== INSTRUCTIONS FOR THE TASK ==
Produce word for word the lines of the data below running from the one that has "#27=VERTEX_POINT('',#26);" to the one that has "#75=ORIENTED_EDGE('',*,*,#74,.F.);", inclusive, and no others.

**** SUPPLIED INFORMATION ****

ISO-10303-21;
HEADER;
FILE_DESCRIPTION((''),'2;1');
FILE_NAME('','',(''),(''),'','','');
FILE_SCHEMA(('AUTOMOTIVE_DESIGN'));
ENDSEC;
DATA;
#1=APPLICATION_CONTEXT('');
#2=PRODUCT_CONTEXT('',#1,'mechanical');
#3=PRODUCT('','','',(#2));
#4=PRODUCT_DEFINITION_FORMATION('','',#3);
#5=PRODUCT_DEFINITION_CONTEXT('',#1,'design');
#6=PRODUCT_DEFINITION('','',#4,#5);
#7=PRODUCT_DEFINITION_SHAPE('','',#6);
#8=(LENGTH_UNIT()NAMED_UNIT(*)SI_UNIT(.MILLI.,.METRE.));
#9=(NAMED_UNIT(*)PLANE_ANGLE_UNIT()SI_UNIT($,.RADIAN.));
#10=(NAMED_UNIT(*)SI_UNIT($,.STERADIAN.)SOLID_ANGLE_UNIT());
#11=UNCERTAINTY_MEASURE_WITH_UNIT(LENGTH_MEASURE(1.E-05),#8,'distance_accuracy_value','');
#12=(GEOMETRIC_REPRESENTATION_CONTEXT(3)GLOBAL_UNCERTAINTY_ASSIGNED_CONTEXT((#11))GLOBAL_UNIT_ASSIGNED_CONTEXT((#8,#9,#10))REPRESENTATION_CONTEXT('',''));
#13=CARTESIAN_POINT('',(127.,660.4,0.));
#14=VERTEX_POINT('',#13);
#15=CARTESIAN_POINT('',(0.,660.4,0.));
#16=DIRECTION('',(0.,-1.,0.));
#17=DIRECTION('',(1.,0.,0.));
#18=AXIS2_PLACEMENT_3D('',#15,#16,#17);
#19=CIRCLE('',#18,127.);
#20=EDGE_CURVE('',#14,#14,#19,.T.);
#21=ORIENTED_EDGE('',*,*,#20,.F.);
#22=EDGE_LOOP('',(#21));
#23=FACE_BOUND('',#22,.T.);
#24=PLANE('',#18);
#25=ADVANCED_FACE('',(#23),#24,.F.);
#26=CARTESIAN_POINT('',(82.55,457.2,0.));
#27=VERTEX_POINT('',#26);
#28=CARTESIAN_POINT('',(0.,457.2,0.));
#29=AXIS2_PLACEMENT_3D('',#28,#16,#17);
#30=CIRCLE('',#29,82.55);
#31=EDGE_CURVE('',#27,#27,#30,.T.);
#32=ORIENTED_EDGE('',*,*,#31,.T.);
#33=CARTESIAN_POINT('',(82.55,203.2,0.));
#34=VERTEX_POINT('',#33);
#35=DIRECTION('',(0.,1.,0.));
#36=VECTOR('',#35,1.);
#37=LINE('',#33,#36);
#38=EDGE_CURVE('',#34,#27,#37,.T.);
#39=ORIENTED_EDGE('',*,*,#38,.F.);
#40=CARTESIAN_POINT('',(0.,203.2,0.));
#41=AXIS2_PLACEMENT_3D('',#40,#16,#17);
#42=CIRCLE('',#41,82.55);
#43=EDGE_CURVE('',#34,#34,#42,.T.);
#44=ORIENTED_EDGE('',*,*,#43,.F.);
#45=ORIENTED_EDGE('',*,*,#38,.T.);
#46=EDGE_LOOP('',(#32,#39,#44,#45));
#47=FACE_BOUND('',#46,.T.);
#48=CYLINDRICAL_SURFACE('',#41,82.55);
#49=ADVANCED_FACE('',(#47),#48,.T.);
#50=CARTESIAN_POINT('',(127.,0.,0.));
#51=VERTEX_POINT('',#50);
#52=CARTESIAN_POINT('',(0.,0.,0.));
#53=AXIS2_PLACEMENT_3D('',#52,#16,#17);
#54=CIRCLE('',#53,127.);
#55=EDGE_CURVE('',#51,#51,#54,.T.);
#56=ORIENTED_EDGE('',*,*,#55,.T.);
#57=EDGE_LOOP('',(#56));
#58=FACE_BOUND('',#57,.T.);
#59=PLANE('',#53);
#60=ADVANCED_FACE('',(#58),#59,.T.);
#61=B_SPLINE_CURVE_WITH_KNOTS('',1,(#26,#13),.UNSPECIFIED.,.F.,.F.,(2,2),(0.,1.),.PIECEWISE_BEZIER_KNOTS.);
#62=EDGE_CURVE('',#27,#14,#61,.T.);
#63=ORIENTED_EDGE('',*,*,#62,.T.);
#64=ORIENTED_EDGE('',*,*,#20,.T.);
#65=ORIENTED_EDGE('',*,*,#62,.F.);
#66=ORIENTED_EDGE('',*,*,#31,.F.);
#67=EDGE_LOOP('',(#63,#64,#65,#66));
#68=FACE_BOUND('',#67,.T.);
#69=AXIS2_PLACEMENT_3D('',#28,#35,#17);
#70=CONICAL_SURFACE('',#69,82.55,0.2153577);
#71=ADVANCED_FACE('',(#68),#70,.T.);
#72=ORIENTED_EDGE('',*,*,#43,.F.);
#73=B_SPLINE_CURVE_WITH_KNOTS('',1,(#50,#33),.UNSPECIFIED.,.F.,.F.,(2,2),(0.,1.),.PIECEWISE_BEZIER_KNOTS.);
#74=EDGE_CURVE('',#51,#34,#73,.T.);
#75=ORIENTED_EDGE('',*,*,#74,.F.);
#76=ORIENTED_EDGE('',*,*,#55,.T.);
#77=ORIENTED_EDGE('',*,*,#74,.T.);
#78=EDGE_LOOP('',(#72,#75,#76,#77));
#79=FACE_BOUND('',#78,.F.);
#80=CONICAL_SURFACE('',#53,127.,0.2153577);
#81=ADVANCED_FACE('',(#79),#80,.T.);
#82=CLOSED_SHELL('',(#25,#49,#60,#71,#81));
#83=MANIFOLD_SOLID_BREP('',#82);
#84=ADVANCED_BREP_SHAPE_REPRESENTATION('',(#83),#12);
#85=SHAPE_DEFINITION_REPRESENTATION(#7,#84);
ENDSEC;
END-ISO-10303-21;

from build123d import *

# Parameters (mm, degrees)
F0_R      = 127
F2_R      = 82.55
F4_R      = 82.55
F5_DEPTH  = 254
F5_FACE_R = 82.55
F7_R      = 127


with BuildPart() as f3:
    # F0 (on Front) → F3 section 0
    with BuildSketch(Plane.XZ):
        Circle(F0_R)
    # F2 (on offset) → F3 section 1
    with BuildSketch(Plane.XZ.offset(-203.2)):
        Circle(F2_R)
    loft()

    # F4 (on offset) → F5 (join)
    with BuildSketch(Plane.XZ.offset(-203.2)):
        Circle(F4_R)
    extrude(amount=-F5_DEPTH)

    # F5_face (on face) → F8 section 0
    with BuildSketch(Plane(origin=(0, 457.2, 0), x_dir=(1, 0, 0), z_dir=(0, 1, 0))):
        Circle(F5_FACE_R)
    # F7 (on offset) → F8 section 1
    with BuildSketch(Plane.XZ.offset(-660.4)):
        Circle(F7_R)
    loft()


solid = f3.part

****

== EXPECTED OUTPUT ==
#27=VERTEX_POINT('',#26);
#28=CARTESIAN_POINT('',(0.,457.2,0.));
#29=AXIS2_PLACEMENT_3D('',#28,#16,#17);
#30=CIRCLE('',#29,82.55);
#31=EDGE_CURVE('',#27,#27,#30,.T.);
#32=ORIENTED_EDGE('',*,*,#31,.T.);
#33=CARTESIAN_POINT('',(82.55,203.2,0.));
#34=VERTEX_POINT('',#33);
#35=DIRECTION('',(0.,1.,0.));
#36=VECTOR('',#35,1.);
#37=LINE('',#33,#36);
#38=EDGE_CURVE('',#34,#27,#37,.T.);
#39=ORIENTED_EDGE('',*,*,#38,.F.);
#40=CARTESIAN_POINT('',(0.,203.2,0.));
#41=AXIS2_PLACEMENT_3D('',#40,#16,#17);
#42=CIRCLE('',#41,82.55);
#43=EDGE_CURVE('',#34,#34,#42,.T.);
#44=ORIENTED_EDGE('',*,*,#43,.F.);
#45=ORIENTED_EDGE('',*,*,#38,.T.);
#46=EDGE_LOOP('',(#32,#39,#44,#45));
#47=FACE_BOUND('',#46,.T.);
#48=CYLINDRICAL_SURFACE('',#41,82.55);
#49=ADVANCED_FACE('',(#47),#48,.T.);
#50=CARTESIAN_POINT('',(127.,0.,0.));
#51=VERTEX_POINT('',#50);
#52=CARTESIAN_POINT('',(0.,0.,0.));
#53=AXIS2_PLACEMENT_3D('',#52,#16,#17);
#54=CIRCLE('',#53,127.);
#55=EDGE_CURVE('',#51,#51,#54,.T.);
#56=ORIENTED_EDGE('',*,*,#55,.T.);
#57=EDGE_LOOP('',(#56));
#58=FACE_BOUND('',#57,.T.);
#59=PLANE('',#53);
#60=ADVANCED_FACE('',(#58),#59,.T.);
#61=B_SPLINE_CURVE_WITH_KNOTS('',1,(#26,#13),.UNSPECIFIED.,.F.,.F.,(2,2),(0.,1.),.PIECEWISE_BEZIER_KNOTS.);
#62=EDGE_CURVE('',#27,#14,#61,.T.);
#63=ORIENTED_EDGE('',*,*,#62,.T.);
#64=ORIENTED_EDGE('',*,*,#20,.T.);
#65=ORIENTED_EDGE('',*,*,#62,.F.);
#66=ORIENTED_EDGE('',*,*,#31,.F.);
#67=EDGE_LOOP('',(#63,#64,#65,#66));
#68=FACE_BOUND('',#67,.T.);
#69=AXIS2_PLACEMENT_3D('',#28,#35,#17);
#70=CONICAL_SURFACE('',#69,82.55,0.2153577);
#71=ADVANCED_FACE('',(#68),#70,.T.);
#72=ORIENTED_EDGE('',*,*,#43,.F.);
#73=B_SPLINE_CURVE_WITH_KNOTS('',1,(#50,#33),.UNSPECIFIED.,.F.,.F.,(2,2),(0.,1.),.PIECEWISE_BEZIER_KNOTS.);
#74=EDGE_CURVE('',#51,#34,#73,.T.);
#75=ORIENTED_EDGE('',*,*,#74,.F.);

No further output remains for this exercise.